- Court: Court of Appeal
- Decided: 24 January 2002
- Citation: [2002] E.M.L.R. 27

Court membership
- Judges sitting: Sir Andrew Morritt VC, Chadwick LJ, and Rix LJ

Keywords
- Misrepresentation; Music Industry;

= Spice Girls Ltd v Aprilia World Service BV =

2002 English contract law case on misrepresentation by conduct

Spice Girls Ltd v Aprilia World Service BV [2002] EWCA Civ 15 is the leading English contract law case concerning misrepresentation by conduct. In summary, misrepresentation by conduct conveys information amounting to a fact, causing a breach of contract. In this case, the Spice Girls had misrepresented Aprilia World Service BV by providing a positive representation that the group of five were to stay together for the foreseeable future by participating in sponsorship activities, when this was not true. As a result, AWS was able to rescind their contract and claim damages.

== Facts ==
The claimants were a British girl group, known as the Spice Girls, which consisted of five members. The respondents, Aprilia World Service BV (AWS), were a vehicle manufacturer, producing mopeds, motorcycles, and scooters. AWS approached the Spice Girls in February 1998 wishing to sponsor their world tour, which was later agreed to in March 1998. The agreement included the rights to sell a limited edition Spice Sonic scooter, access to the group to film and distribute a commercial on MTV, and to distribute other sponsorship materials. The sponsorship was announced on March 8th 1998 via a press conference in Milan. However, AWS complained that the group had been unmotivated, making them disappointed with the events that had taken place for the sponsorship. As a result, on March 30th, the Spice Girls' sponsorship consultants, KLP, wrote a fax to AWS stating the Spice Girls were fully committed to the sponsorship. On May 4th, the group participated in the filming of the TV commercial originally agreed to. An agreement signed May 6th described the Spice Girls as currently consisting of five members and AWS was to pay £400,000 in three installments and £112,500 in royalties. The original agreement was £450,000, however, a £50,000 fee was deducted when the TV commercial was cancelled on April 25th (later shot on May 4th instead).

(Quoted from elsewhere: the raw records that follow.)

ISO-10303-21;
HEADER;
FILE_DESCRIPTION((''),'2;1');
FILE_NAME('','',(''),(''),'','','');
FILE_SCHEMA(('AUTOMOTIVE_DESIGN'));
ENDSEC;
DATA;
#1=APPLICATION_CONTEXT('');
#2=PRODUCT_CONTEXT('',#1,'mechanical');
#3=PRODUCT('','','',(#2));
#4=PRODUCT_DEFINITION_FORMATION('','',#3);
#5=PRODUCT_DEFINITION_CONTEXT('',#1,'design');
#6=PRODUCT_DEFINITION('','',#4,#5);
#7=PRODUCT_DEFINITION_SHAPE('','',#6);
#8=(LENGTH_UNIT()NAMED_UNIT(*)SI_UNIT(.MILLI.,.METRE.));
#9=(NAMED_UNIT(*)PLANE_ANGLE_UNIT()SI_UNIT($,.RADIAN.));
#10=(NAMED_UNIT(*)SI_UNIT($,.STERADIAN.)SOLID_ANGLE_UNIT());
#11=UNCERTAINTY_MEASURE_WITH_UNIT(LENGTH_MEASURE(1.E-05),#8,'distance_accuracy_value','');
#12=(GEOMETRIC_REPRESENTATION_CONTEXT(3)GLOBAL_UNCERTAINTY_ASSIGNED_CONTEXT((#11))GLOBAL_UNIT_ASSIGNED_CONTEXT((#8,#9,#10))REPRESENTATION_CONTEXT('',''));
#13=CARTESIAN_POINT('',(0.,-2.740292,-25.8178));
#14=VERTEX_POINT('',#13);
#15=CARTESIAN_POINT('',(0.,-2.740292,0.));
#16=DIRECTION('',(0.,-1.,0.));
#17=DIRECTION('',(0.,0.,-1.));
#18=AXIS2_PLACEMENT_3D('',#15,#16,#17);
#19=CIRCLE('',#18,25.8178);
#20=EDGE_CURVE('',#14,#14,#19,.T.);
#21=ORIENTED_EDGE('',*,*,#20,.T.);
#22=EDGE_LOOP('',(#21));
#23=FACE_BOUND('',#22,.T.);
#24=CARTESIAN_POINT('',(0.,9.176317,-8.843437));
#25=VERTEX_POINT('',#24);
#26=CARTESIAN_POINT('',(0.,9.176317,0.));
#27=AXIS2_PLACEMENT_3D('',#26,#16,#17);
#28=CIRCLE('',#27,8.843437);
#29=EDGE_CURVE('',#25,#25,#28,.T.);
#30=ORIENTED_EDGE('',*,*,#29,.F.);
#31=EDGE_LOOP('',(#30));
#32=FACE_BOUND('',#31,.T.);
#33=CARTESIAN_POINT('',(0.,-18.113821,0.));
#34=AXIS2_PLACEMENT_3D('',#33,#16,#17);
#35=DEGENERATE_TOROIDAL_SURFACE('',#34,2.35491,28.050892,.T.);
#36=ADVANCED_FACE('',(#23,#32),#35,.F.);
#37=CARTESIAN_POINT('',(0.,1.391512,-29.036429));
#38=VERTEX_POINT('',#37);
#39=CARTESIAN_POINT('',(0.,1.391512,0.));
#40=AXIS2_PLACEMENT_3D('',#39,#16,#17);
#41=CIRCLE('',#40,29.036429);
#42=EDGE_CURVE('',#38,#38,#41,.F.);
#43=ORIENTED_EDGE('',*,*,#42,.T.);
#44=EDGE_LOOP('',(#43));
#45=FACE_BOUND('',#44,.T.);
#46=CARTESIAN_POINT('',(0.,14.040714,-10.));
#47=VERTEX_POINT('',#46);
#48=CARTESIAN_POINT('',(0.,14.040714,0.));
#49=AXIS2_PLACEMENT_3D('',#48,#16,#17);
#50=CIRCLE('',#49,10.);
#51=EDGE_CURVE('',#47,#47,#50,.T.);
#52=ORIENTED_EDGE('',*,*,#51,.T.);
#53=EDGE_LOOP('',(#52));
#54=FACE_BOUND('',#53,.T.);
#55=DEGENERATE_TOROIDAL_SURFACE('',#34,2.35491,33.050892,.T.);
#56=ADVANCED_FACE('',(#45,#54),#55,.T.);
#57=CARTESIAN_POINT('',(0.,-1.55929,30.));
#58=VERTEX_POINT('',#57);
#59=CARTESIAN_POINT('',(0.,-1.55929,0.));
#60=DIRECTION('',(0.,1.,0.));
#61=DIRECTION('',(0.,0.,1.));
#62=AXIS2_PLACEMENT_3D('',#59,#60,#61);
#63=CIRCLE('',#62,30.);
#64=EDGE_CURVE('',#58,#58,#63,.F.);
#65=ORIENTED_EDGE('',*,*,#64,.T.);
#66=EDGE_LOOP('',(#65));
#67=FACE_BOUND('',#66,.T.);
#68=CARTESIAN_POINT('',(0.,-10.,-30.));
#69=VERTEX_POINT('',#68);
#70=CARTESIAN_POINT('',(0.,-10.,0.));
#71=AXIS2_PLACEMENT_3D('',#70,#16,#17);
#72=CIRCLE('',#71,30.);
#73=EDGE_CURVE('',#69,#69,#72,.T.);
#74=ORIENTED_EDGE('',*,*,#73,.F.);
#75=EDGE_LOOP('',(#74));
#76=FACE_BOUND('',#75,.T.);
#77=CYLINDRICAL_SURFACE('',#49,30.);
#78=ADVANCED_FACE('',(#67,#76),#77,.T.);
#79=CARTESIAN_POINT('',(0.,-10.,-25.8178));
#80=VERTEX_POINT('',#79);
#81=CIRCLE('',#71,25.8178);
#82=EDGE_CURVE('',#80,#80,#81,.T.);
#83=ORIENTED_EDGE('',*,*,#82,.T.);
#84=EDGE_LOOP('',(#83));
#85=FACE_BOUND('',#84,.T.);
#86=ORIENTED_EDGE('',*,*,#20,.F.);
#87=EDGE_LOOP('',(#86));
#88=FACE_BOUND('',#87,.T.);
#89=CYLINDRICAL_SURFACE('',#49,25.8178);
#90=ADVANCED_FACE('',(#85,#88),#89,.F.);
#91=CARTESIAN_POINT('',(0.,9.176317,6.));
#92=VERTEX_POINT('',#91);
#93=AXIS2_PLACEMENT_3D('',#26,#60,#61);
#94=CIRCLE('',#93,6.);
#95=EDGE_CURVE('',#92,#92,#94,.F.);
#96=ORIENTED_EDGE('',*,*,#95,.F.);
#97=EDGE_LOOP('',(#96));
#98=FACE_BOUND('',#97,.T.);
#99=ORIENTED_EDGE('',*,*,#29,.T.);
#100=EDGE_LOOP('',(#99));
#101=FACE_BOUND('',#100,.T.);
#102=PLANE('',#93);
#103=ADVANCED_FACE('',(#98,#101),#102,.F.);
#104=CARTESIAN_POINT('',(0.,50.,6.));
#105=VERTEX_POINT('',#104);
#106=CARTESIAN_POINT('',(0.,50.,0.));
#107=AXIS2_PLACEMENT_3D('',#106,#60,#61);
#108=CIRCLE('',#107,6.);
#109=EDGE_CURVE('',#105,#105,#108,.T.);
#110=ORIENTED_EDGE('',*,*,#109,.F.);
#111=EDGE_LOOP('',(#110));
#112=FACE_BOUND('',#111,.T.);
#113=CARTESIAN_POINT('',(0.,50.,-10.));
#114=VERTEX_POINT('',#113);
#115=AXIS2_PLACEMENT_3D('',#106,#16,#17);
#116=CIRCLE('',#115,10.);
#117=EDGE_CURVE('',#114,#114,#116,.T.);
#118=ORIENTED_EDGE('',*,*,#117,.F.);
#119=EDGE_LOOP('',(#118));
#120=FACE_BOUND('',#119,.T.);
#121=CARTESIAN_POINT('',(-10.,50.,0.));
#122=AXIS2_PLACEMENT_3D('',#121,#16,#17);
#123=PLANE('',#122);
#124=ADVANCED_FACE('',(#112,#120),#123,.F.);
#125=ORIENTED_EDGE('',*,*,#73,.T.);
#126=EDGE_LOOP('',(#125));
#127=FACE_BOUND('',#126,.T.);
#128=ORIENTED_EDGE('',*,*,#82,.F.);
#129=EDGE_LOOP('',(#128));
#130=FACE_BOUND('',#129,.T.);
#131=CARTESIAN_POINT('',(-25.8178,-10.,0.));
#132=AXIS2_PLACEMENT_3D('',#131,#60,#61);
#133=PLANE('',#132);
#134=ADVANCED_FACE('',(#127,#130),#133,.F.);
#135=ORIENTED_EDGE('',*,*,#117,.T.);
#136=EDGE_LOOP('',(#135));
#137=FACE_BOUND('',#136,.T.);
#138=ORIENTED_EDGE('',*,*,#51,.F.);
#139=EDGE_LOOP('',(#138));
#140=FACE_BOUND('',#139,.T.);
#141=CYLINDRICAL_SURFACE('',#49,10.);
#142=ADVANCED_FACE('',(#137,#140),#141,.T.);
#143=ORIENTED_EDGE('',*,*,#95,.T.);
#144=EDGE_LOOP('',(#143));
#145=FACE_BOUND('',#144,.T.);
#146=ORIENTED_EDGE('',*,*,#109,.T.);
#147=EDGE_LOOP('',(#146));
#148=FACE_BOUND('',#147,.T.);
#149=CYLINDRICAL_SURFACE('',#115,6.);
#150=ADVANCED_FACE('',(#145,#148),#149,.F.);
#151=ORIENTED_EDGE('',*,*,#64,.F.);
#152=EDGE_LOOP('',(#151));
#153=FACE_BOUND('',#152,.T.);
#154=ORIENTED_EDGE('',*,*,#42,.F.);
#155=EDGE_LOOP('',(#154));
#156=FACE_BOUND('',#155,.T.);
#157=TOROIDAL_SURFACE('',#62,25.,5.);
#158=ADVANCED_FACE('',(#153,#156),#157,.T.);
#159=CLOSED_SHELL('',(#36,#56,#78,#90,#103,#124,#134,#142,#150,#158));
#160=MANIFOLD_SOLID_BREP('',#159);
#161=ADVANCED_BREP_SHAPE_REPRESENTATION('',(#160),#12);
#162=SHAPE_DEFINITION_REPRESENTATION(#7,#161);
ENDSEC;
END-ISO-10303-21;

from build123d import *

# Parameters (mm, degrees)
SKIZZE4_R                       = 6
SCHNITT_LINEAR_AUSTRAGEN2_DEPTH = 51
VERRUNDUNG2_R                   = 5


with BuildPart() as part:
    # Skizze2 → Rotation2 (revolve)
    with BuildSketch(Plane.XY, mode=Mode.PRIVATE) as rotation2_sk:
        with BuildLine():
            Line((0, 14.040713887), (0, 50))
            Line((0, 50), (-10, 50))
            Line((-10, 50), (-10, 14.040713887))
            ThreePointArc((-10, 14.040713887), (-21.345292125, 8.936630056), (-30, 0))
            Line((-30, 0), (-30, -10))
            Line((-30, -10), (-25.817799793, -10))
            Line((-25.817799793, -10), (-25.817799793, -2.740292215))
            ThreePointArc((-25.817799793, -2.740292215), (-18.472392098, 4.844387952), (-8.843436705, 9.176316562))
            Line((-8.843436705, 9.176316562), (0, 9.176316562))
            Line((0, 9.176316562), (0, 14.040713887))
        make_face()
    revolve(rotation2_sk.sketch.rotate(Axis((0, 14.040713887, 0), (0, 1, 0)), 270), axis=Axis((0, 14.040713887, 0), (0, 1, 0)))  # turned: the seam where the file's is

    # Skizze4 → Schnitt-Linear austragen2 (cut, through all)
    with BuildSketch(Plane(origin=(0, 0, 0), x_dir=(1, 0, 0), z_dir=(0, 1, 0))):
        with Locations(Location((0, 0, 0), (0, 0, 270))):  # turned: the seam where the file's is
            Circle(SKIZZE4_R)
    extrude(amount=SCHNITT_LINEAR_AUSTRAGEN2_DEPTH, mode=Mode.SUBTRACT)

    # Verrundung2
    verrundung2_edges = [part.edges().sort_by_distance(p)[0] for p in [
        (0, 0, 30),
    ]]
    fillet(verrundung2_edges, radius=VERRUNDUNG2_R)


solid = part.part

However, on the March 9th 1998, Geri Halliwell announced privately to the group her intention to leave once they had completed their world tour, the Spiceworld Tour, yet the group did not take her seriously. On April 25th 1998, the group confirmed with their manager that Halliwell was leaving by the end of September 1998. This was kept confidential and neither KLP or AWS were informed. It later became public that Halliwell was leaving in May 1998, and AWS provided evidence they would not have entered into the agreement should they have known Halliwell was leaving in September 1998.

The Spice Girls sought to recover non-payment over the third installment of sponsorship fees and royalty payments, and the delivery of two motorbikes and a scooter. They sought £218,000. The defendants, AWS, counterclaimed arguing that the Spice Girls had misrepresented them as to the nature of the formation of the group as AWS was under the impression that no individual was leaving the group.

== Judgement ==
The Court of Appeal for England and Wales held for AWS, stating that the Spice Girls had misrepresented AWS by conduct as the whole group's participation in the commercial shoots, such as the TV advertisement, amounted to positive representation that the group was staying together for the foreseeable future. The judge granted AWS £434,000 in damages. The additional £1.6m claim for breach of contract was dismissed. In addition, AWS was not required to provide credit to the Spice Girls for the sponsorship as there was no evidence to suggest a rise or enhancement in sales outside of Italy.